Prince Felipe and then-Princess Isabel were married on November 20, 1947. They had four children (Carlos, Ana, Andrés and Eduardo). Photo: AFP Archive

Philip of Edinburgh was considered “the only man in the world who treated the queen as a human being, as an equal.” Photo: AFP Archive
Meanwhile, Felipe studied in England, France, and Germany, and at the age of 18 he joined the United Kingdom Army in 1939. Three years later, he was promoted to first lieutenant.
Shortly after reaching the age and burying of one of his sisters, the paths of the future Duke of Edinburgh took him back to Greece with the intention of living with his mother who had returned to that country a year earlier to work with those poor.
He could only be with her for a month, as his uncle, King George II of Greece, asked her to return to the United Kingdom and continue his service in the Royal Navy.
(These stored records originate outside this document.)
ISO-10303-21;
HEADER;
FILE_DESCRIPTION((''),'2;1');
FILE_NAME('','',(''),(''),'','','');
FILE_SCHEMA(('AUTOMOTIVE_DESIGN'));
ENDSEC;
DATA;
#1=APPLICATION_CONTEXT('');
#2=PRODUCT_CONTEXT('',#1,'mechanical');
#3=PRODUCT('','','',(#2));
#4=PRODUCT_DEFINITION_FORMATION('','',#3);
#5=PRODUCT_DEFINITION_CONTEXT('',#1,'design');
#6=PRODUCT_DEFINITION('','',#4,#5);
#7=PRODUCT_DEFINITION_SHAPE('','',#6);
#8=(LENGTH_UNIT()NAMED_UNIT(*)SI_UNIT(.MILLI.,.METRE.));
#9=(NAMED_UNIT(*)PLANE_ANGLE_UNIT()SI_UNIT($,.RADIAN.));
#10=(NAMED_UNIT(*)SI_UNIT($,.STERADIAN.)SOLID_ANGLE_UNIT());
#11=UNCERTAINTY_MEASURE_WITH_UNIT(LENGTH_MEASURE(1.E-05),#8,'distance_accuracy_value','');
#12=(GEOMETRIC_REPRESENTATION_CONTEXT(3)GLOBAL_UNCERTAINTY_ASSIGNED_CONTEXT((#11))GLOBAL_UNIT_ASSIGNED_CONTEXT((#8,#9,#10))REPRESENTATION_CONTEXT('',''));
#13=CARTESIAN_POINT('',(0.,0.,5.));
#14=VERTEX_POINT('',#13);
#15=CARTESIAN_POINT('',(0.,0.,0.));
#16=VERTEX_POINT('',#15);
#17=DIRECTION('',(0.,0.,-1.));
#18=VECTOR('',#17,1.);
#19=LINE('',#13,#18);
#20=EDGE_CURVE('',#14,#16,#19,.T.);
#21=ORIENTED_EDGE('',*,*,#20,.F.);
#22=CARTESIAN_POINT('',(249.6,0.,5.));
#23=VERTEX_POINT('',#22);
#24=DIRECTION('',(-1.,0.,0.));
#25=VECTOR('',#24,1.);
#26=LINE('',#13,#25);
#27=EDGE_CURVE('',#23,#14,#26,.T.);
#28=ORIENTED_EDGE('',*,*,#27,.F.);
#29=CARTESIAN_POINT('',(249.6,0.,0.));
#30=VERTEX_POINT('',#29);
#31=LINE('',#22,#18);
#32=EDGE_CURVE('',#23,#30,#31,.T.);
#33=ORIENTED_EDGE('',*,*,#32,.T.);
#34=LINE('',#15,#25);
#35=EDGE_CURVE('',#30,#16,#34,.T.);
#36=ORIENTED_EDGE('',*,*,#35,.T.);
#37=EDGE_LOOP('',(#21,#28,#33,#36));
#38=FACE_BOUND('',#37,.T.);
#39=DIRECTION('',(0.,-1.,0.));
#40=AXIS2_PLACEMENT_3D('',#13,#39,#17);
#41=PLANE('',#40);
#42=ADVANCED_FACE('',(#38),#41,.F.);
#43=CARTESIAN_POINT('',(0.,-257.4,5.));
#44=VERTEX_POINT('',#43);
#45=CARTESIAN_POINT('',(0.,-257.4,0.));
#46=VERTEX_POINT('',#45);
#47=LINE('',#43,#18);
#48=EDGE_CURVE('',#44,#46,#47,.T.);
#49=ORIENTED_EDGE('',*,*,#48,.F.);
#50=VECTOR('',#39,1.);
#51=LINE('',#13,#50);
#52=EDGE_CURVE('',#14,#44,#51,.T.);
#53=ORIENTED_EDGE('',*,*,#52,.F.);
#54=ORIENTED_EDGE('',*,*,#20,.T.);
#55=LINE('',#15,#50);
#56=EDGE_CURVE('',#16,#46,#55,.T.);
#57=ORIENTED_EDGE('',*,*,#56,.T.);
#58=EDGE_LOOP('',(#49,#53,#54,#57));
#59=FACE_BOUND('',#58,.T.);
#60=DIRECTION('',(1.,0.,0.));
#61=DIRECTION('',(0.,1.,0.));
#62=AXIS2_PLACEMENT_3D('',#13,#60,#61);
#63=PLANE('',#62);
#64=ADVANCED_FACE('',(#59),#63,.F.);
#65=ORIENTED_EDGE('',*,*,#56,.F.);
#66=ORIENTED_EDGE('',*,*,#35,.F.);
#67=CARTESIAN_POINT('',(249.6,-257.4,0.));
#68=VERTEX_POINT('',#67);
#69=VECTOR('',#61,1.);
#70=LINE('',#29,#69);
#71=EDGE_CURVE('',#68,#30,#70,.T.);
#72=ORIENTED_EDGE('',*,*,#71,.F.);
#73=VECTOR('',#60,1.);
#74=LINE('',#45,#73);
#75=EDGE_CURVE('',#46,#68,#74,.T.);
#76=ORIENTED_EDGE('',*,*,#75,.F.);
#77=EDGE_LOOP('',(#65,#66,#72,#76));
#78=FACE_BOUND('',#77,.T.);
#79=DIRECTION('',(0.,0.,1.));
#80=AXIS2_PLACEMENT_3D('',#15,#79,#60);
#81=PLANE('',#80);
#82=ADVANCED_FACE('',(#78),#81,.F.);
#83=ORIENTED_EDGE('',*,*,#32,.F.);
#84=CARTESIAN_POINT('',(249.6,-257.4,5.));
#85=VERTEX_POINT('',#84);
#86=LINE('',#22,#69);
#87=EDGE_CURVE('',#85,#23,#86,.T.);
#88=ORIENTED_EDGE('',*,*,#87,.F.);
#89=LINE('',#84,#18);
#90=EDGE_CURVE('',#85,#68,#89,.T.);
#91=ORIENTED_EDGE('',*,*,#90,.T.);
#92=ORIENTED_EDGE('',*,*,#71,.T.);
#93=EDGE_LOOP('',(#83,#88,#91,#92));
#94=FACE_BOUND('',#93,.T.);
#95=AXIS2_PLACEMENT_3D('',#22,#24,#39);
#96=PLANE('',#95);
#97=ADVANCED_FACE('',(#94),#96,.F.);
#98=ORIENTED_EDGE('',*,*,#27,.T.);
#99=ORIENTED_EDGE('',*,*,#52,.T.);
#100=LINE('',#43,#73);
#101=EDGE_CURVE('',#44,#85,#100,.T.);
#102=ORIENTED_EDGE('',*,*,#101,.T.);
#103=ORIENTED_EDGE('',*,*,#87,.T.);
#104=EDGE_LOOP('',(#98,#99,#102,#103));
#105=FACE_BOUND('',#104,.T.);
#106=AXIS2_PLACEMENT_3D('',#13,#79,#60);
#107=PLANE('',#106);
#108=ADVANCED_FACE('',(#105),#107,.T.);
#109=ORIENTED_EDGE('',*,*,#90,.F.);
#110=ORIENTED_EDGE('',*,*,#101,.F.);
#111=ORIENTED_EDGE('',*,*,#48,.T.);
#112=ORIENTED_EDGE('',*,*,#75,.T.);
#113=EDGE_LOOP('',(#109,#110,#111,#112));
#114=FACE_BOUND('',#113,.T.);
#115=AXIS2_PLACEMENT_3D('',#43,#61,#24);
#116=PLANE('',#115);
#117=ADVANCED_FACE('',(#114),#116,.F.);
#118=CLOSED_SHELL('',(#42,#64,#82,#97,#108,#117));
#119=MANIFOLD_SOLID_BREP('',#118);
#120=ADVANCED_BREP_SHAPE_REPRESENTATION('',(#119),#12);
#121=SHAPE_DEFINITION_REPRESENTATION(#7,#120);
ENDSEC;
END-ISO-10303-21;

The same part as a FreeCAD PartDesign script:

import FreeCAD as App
import Part
import Sketcher
Q = App.Units.Quantity

doc = App.newDocument("Part")
params = doc.addObject("Spreadsheet::Sheet", "Params")
for row, (alias, value) in enumerate([
    ("sketch1_width", "249.6 mm"),
    ("sketch1_height", "257.4 mm"),
    ("pad1_length", "5 mm"),
], start=1):
    params.set(f"A{row}", alias)
    params.set(f"B{row}", "=" + value)
    params.setAlias(f"B{row}", alias)

body = doc.addObject("PartDesign::Body", "Body")

# Sketch on XY plane
sketch1 = doc.addObject("Sketcher::SketchObject", "Sketch")
body.addObject(sketch1)
sketch1.AttachmentSupport = (doc.XY_Plane, [""])
sketch1.MapMode = "FlatFace"
sketch1.addGeometry([
    Part.LineSegment(App.Vector(0, 0, 0), App.Vector(0, -257, 0)),
    Part.LineSegment(App.Vector(0, -257, 0), App.Vector(250, -257, 0)),
    Part.LineSegment(App.Vector(250, -257, 0), App.Vector(250, 0, 0)),
    Part.LineSegment(App.Vector(250, 0, 0), App.Vector(0, 0, 0)),
], False)
sketch1.addConstraint([
    Sketcher.Constraint("Coincident", 0, 2, 1, 1),
    Sketcher.Constraint("Coincident", 1, 2, 2, 1),
    Sketcher.Constraint("Coincident", 2, 2, 3, 1),
    Sketcher.Constraint("Coincident", 3, 2, 0, 1),
    Sketcher.Constraint("Vertical", 0),
    Sketcher.Constraint("Horizontal", 1),
    Sketcher.Constraint("Vertical", 2),
    Sketcher.Constraint("Horizontal", 3),
    Sketcher.Constraint("Coincident", 3, 2, -1, 1),
    Sketcher.Constraint("DistanceX", 1, 1, 1, 2, Q("249.6 mm")),
    Sketcher.Constraint("DistanceY", 0, 2, 0, 1, Q("257.4 mm")),
])
sketch1.setExpression("Constraints[9]", "Params.sketch1_width")
sketch1.setExpression("Constraints[10]", "Params.sketch1_height")
pad1 = doc.addObject("PartDesign::Pad", "Pad")
body.addObject(pad1)
pad1.Profile = sketch1
pad1.setExpression("Length", "Params.pad1_length")

doc.recompute()
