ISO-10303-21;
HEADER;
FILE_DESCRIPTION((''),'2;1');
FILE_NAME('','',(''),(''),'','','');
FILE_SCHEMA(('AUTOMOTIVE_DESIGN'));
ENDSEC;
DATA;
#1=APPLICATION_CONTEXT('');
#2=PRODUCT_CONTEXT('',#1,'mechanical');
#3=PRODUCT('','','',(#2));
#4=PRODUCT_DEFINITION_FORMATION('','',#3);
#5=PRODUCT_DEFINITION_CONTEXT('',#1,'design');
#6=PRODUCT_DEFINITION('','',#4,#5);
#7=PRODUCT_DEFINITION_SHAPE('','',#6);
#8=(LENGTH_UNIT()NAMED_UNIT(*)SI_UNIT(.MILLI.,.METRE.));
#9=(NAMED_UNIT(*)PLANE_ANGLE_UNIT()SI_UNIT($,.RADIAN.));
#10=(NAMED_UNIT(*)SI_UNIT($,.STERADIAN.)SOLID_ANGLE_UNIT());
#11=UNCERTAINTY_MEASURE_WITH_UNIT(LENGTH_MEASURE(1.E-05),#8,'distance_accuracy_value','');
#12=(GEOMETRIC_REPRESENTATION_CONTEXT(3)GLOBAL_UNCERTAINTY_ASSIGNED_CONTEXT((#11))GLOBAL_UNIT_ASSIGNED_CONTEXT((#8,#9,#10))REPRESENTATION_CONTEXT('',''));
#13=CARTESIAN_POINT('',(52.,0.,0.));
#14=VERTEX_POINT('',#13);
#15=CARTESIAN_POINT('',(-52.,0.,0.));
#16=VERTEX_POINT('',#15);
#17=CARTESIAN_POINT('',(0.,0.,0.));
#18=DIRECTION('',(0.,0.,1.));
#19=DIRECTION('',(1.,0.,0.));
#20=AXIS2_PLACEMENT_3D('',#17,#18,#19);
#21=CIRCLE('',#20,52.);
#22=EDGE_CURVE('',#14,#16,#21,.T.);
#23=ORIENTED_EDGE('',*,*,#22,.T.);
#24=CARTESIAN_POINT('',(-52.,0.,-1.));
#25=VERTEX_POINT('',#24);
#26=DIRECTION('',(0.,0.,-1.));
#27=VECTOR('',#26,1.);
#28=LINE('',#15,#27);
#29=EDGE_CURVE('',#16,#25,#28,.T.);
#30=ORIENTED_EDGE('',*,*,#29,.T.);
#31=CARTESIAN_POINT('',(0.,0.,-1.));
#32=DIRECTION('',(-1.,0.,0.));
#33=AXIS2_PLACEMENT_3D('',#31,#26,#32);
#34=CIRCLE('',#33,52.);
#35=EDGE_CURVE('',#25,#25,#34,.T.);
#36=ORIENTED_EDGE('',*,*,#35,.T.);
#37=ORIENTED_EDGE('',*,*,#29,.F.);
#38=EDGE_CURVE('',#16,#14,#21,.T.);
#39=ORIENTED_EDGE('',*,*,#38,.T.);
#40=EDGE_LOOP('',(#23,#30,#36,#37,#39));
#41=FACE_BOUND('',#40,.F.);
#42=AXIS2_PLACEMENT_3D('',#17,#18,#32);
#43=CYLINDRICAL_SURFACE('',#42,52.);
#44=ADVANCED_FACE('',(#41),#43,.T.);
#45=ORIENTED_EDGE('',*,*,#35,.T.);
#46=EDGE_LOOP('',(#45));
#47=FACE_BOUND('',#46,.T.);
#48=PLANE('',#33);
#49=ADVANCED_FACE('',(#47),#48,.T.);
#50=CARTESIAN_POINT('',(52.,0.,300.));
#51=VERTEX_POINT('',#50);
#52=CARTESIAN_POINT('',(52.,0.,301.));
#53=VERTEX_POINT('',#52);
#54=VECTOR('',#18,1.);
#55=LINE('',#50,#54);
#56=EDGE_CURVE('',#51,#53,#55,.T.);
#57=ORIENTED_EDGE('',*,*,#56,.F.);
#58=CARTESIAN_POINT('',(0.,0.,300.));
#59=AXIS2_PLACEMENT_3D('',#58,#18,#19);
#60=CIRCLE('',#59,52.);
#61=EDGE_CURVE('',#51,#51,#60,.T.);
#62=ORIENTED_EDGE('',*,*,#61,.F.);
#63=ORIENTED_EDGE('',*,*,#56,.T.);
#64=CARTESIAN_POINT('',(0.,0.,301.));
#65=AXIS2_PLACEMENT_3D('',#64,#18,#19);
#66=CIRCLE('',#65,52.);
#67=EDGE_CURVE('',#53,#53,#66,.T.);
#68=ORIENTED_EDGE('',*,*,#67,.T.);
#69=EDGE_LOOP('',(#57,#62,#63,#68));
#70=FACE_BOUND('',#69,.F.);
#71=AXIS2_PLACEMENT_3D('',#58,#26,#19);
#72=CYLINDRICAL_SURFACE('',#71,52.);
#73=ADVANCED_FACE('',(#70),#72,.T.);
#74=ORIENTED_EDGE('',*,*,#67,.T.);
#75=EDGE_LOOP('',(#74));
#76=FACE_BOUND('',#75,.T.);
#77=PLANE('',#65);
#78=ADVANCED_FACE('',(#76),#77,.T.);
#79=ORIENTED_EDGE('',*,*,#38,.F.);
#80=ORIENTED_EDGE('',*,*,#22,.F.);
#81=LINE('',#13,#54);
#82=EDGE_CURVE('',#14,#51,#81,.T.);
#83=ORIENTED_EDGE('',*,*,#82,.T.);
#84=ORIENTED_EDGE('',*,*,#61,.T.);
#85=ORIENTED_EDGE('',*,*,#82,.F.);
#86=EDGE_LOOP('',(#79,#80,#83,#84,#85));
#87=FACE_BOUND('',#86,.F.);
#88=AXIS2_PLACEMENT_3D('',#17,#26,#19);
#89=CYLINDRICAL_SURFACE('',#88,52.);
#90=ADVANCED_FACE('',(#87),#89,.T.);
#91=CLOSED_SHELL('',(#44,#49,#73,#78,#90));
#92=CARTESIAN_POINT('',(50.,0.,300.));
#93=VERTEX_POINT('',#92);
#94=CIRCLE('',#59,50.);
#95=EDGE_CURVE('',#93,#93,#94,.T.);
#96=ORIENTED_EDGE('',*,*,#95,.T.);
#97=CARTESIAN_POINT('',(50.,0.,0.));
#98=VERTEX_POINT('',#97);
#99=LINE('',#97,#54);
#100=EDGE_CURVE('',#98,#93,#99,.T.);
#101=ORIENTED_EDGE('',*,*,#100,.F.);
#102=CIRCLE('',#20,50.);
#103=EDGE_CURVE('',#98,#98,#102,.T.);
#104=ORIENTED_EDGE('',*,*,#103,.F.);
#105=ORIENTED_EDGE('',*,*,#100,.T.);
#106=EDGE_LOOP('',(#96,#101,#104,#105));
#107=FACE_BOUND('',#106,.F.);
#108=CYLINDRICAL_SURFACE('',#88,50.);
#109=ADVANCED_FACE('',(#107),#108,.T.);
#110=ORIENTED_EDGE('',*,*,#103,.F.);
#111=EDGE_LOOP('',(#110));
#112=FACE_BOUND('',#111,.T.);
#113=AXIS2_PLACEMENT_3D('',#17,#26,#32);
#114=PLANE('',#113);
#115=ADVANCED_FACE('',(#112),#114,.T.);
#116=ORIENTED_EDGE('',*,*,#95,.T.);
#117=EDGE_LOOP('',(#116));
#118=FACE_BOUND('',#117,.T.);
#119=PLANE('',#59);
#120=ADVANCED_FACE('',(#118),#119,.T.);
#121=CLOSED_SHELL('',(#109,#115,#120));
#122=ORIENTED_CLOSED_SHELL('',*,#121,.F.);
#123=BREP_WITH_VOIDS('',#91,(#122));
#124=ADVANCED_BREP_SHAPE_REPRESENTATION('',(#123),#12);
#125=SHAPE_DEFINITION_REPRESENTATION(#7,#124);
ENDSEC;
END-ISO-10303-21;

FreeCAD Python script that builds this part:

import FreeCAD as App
import Part
import Sketcher
from FreeCAD import Vector

doc = App.newDocument("Part")
body = doc.addObject("PartDesign::Body", "Body")

# Sketch on XY plane
sketch1 = body.newObject("Sketcher::SketchObject", "Sketch")
sketch1.AttachmentSupport = (doc.getObject("XY_Plane"), [""])
sketch1.MapMode = "FlatFace"
sketch1.addGeometry(Part.Circle(Vector(0, 0, 0), Vector(0, 0, 1), 52), False)
sketch1.addGeometry(Part.Circle(Vector(0, 0, 0), Vector(0, 0, 1), 50), False)
sketch1.addConstraint(Sketcher.Constraint("Coincident", 0, 3, -1, 1))
sketch1.addConstraint(Sketcher.Constraint("Coincident", 1, 3, -1, 1))
sketch1.addConstraint(Sketcher.Constraint("Diameter", 1, 100.0))
sketch1.addConstraint(Sketcher.Constraint("Diameter", 0, 104.0))
pad1 = body.newObject("PartDesign::Pad", "Pad")
pad1.Profile = sketch1
pad1.Length = 300

# Sketch on XY plane
sketch2 = body.newObject("Sketcher::SketchObject", "Sketch001")
sketch2.AttachmentSupport = (doc.getObject("XY_Plane"), [""])
sketch2.MapMode = "FlatFace"
sketch2.addGeometry(Part.Circle(Vector(0, 0, 0), Vector(0, 0, 1), 52), False)
sketch2.addConstraint(Sketcher.Constraint("Coincident", 0, 3, -1, 1))
sketch2.addConstraint(Sketcher.Constraint("Diameter", 0, 104.0))
pad2 = body.newObject("PartDesign::Pad", "Pad001")
pad2.Profile = sketch2
pad2.Length = 1
pad2.Reversed = True

# Sketch on XY plane
sketch3 = body.newObject("Sketcher::SketchObject", "Sketch002")
sketch3.AttachmentSupport = (doc.getObject("XY_Plane"), [""])
sketch3.MapMode = "FlatFace"
sketch3.AttachmentOffset = App.Placement(Vector(0, 0, 300), App.Rotation())
sketch3.addGeometry(Part.Circle(Vector(0, 0, 0), Vector(0, 0, 1), 52), False)
sketch3.addConstraint(Sketcher.Constraint("Coincident", 0, 3, -1, 1))
sketch3.addConstraint(Sketcher.Constraint("Diameter", 0, 104.0))
pad3 = body.newObject("PartDesign::Pad", "Pad002")
pad3.Profile = sketch3
pad3.Length = 1

doc.recompute()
Before the outbreak of World War II, he first served on the battleship HMS Ramillies in the Indian Ocean and, after Greece entered the war in October 1940, on the battleship HMS Valiant in the Mediterranean.
“His brilliant career saw him gather a chest full of medals that he proudly displayed at many functions. The awards included decorations for his bravery in the 1939-1945 war, where he distracted Nazi pilots during a 1943 bombing by launching a raft of smoke rafts. He was also mentioned in the Dispatches for his “vigilance” in helping to detect enemy ships, “the Daily Mail reported.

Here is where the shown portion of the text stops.